Saved data entries
------------------------

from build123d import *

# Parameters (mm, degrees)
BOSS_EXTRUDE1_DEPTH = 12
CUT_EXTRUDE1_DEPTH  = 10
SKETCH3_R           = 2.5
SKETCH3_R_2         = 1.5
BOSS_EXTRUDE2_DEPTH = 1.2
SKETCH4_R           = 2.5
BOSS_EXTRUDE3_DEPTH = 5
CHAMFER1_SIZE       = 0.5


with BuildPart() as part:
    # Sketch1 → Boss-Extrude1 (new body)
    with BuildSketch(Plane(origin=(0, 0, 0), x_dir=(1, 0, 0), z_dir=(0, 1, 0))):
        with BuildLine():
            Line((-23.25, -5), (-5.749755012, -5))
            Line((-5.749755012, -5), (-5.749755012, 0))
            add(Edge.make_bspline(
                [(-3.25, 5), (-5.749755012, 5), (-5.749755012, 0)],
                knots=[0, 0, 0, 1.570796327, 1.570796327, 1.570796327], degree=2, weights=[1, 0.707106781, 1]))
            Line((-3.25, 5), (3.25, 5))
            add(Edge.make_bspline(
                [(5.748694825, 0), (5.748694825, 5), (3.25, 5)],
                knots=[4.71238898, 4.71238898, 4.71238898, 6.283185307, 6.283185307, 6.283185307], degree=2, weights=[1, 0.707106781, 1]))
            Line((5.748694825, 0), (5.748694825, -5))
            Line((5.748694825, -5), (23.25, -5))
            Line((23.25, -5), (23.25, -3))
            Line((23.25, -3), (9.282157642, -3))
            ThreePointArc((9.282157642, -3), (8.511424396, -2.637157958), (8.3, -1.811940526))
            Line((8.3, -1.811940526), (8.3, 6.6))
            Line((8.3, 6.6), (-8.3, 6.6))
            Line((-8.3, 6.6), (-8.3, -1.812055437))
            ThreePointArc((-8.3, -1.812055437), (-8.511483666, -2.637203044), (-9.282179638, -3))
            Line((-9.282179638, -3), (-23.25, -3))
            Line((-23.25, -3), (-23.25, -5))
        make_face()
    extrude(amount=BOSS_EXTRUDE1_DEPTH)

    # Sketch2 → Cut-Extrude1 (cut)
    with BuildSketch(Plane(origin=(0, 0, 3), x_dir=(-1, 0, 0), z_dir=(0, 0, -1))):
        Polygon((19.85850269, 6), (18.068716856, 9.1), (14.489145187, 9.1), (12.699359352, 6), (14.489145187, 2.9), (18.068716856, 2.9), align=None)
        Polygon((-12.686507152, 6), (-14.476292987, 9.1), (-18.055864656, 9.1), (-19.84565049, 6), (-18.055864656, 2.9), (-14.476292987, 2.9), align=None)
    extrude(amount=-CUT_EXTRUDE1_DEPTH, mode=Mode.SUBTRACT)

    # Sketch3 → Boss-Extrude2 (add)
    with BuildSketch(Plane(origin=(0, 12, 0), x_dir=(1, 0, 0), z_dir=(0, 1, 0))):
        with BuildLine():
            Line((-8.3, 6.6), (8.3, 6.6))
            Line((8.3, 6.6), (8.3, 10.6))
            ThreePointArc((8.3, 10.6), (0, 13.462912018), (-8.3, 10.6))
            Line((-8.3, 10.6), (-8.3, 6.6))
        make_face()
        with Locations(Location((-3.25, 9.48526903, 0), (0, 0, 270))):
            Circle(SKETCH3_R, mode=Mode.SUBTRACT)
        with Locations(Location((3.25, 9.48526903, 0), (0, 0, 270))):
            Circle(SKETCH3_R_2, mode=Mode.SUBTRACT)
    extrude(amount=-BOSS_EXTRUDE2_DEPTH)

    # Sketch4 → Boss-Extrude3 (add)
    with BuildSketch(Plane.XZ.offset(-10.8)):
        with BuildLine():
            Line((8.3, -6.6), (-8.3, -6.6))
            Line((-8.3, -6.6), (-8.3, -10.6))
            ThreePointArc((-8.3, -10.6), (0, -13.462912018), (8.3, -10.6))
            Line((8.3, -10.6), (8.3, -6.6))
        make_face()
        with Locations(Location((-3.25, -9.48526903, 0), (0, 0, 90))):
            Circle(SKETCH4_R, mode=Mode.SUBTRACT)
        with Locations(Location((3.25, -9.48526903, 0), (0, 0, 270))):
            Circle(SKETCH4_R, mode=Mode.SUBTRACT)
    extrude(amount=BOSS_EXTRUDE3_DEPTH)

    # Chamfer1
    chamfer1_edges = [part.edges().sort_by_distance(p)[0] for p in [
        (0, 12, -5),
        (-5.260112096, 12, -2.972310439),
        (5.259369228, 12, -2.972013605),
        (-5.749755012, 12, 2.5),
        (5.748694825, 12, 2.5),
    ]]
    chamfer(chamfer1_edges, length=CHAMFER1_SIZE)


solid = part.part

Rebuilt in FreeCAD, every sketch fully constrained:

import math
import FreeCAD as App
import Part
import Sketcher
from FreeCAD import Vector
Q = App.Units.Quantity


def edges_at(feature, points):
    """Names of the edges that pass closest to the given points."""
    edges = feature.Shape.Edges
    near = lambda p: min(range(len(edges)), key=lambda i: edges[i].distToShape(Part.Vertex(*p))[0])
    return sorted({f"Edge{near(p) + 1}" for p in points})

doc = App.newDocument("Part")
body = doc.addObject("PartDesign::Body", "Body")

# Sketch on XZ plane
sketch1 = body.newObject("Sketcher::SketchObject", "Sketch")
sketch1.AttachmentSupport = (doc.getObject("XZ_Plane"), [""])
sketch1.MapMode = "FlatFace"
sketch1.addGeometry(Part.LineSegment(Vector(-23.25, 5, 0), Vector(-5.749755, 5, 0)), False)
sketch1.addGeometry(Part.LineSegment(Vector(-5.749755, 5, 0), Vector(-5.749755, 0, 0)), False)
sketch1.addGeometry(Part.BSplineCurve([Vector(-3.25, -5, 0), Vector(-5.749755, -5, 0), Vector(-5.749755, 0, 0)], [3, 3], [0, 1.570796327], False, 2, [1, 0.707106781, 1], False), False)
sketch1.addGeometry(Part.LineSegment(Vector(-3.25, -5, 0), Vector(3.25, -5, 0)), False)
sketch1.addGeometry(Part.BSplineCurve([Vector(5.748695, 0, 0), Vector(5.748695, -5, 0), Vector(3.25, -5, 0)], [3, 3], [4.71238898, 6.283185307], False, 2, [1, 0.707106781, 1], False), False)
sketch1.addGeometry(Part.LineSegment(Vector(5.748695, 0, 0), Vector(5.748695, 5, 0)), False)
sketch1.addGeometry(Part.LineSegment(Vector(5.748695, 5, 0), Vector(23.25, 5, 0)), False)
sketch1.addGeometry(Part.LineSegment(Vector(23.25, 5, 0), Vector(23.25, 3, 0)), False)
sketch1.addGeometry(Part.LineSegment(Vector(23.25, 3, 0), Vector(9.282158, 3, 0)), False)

------------------------

Give again, exactly as written, the lines running from the first line of the data above through the line that contains "(18.068716856, 2.9), align=None)".

from build123d import *

# Parameters (mm, degrees)
BOSS_EXTRUDE1_DEPTH = 12
CUT_EXTRUDE1_DEPTH  = 10
SKETCH3_R           = 2.5
SKETCH3_R_2         = 1.5
BOSS_EXTRUDE2_DEPTH = 1.2
SKETCH4_R           = 2.5
BOSS_EXTRUDE3_DEPTH = 5
CHAMFER1_SIZE       = 0.5


with BuildPart() as part:
    # Sketch1 → Boss-Extrude1 (new body)
    with BuildSketch(Plane(origin=(0, 0, 0), x_dir=(1, 0, 0), z_dir=(0, 1, 0))):
        with BuildLine():
            Line((-23.25, -5), (-5.749755012, -5))
            Line((-5.749755012, -5), (-5.749755012, 0))
            add(Edge.make_bspline(
                [(-3.25, 5), (-5.749755012, 5), (-5.749755012, 0)],
                knots=[0, 0, 0, 1.570796327, 1.570796327, 1.570796327], degree=2, weights=[1, 0.707106781, 1]))
            Line((-3.25, 5), (3.25, 5))
            add(Edge.make_bspline(
                [(5.748694825, 0), (5.748694825, 5), (3.25, 5)],
                knots=[4.71238898, 4.71238898, 4.71238898, 6.283185307, 6.283185307, 6.283185307], degree=2, weights=[1, 0.707106781, 1]))
            Line((5.748694825, 0), (5.748694825, -5))
            Line((5.748694825, -5), (23.25, -5))
            Line((23.25, -5), (23.25, -3))
            Line((23.25, -3), (9.282157642, -3))
            ThreePointArc((9.282157642, -3), (8.511424396, -2.637157958), (8.3, -1.811940526))
            Line((8.3, -1.811940526), (8.3, 6.6))
            Line((8.3, 6.6), (-8.3, 6.6))
            Line((-8.3, 6.6), (-8.3, -1.812055437))
            ThreePointArc((-8.3, -1.812055437), (-8.511483666, -2.637203044), (-9.282179638, -3))
            Line((-9.282179638, -3), (-23.25, -3))
            Line((-23.25, -3), (-23.25, -5))
        make_face()
    extrude(amount=BOSS_EXTRUDE1_DEPTH)

    # Sketch2 → Cut-Extrude1 (cut)
    with BuildSketch(Plane(origin=(0, 0, 3), x_dir=(-1, 0, 0), z_dir=(0, 0, -1))):
        Polygon((19.85850269, 6), (18.068716856, 9.1), (14.489145187, 9.1), (12.699359352, 6), (14.489145187, 2.9), (18.068716856, 2.9), align=None)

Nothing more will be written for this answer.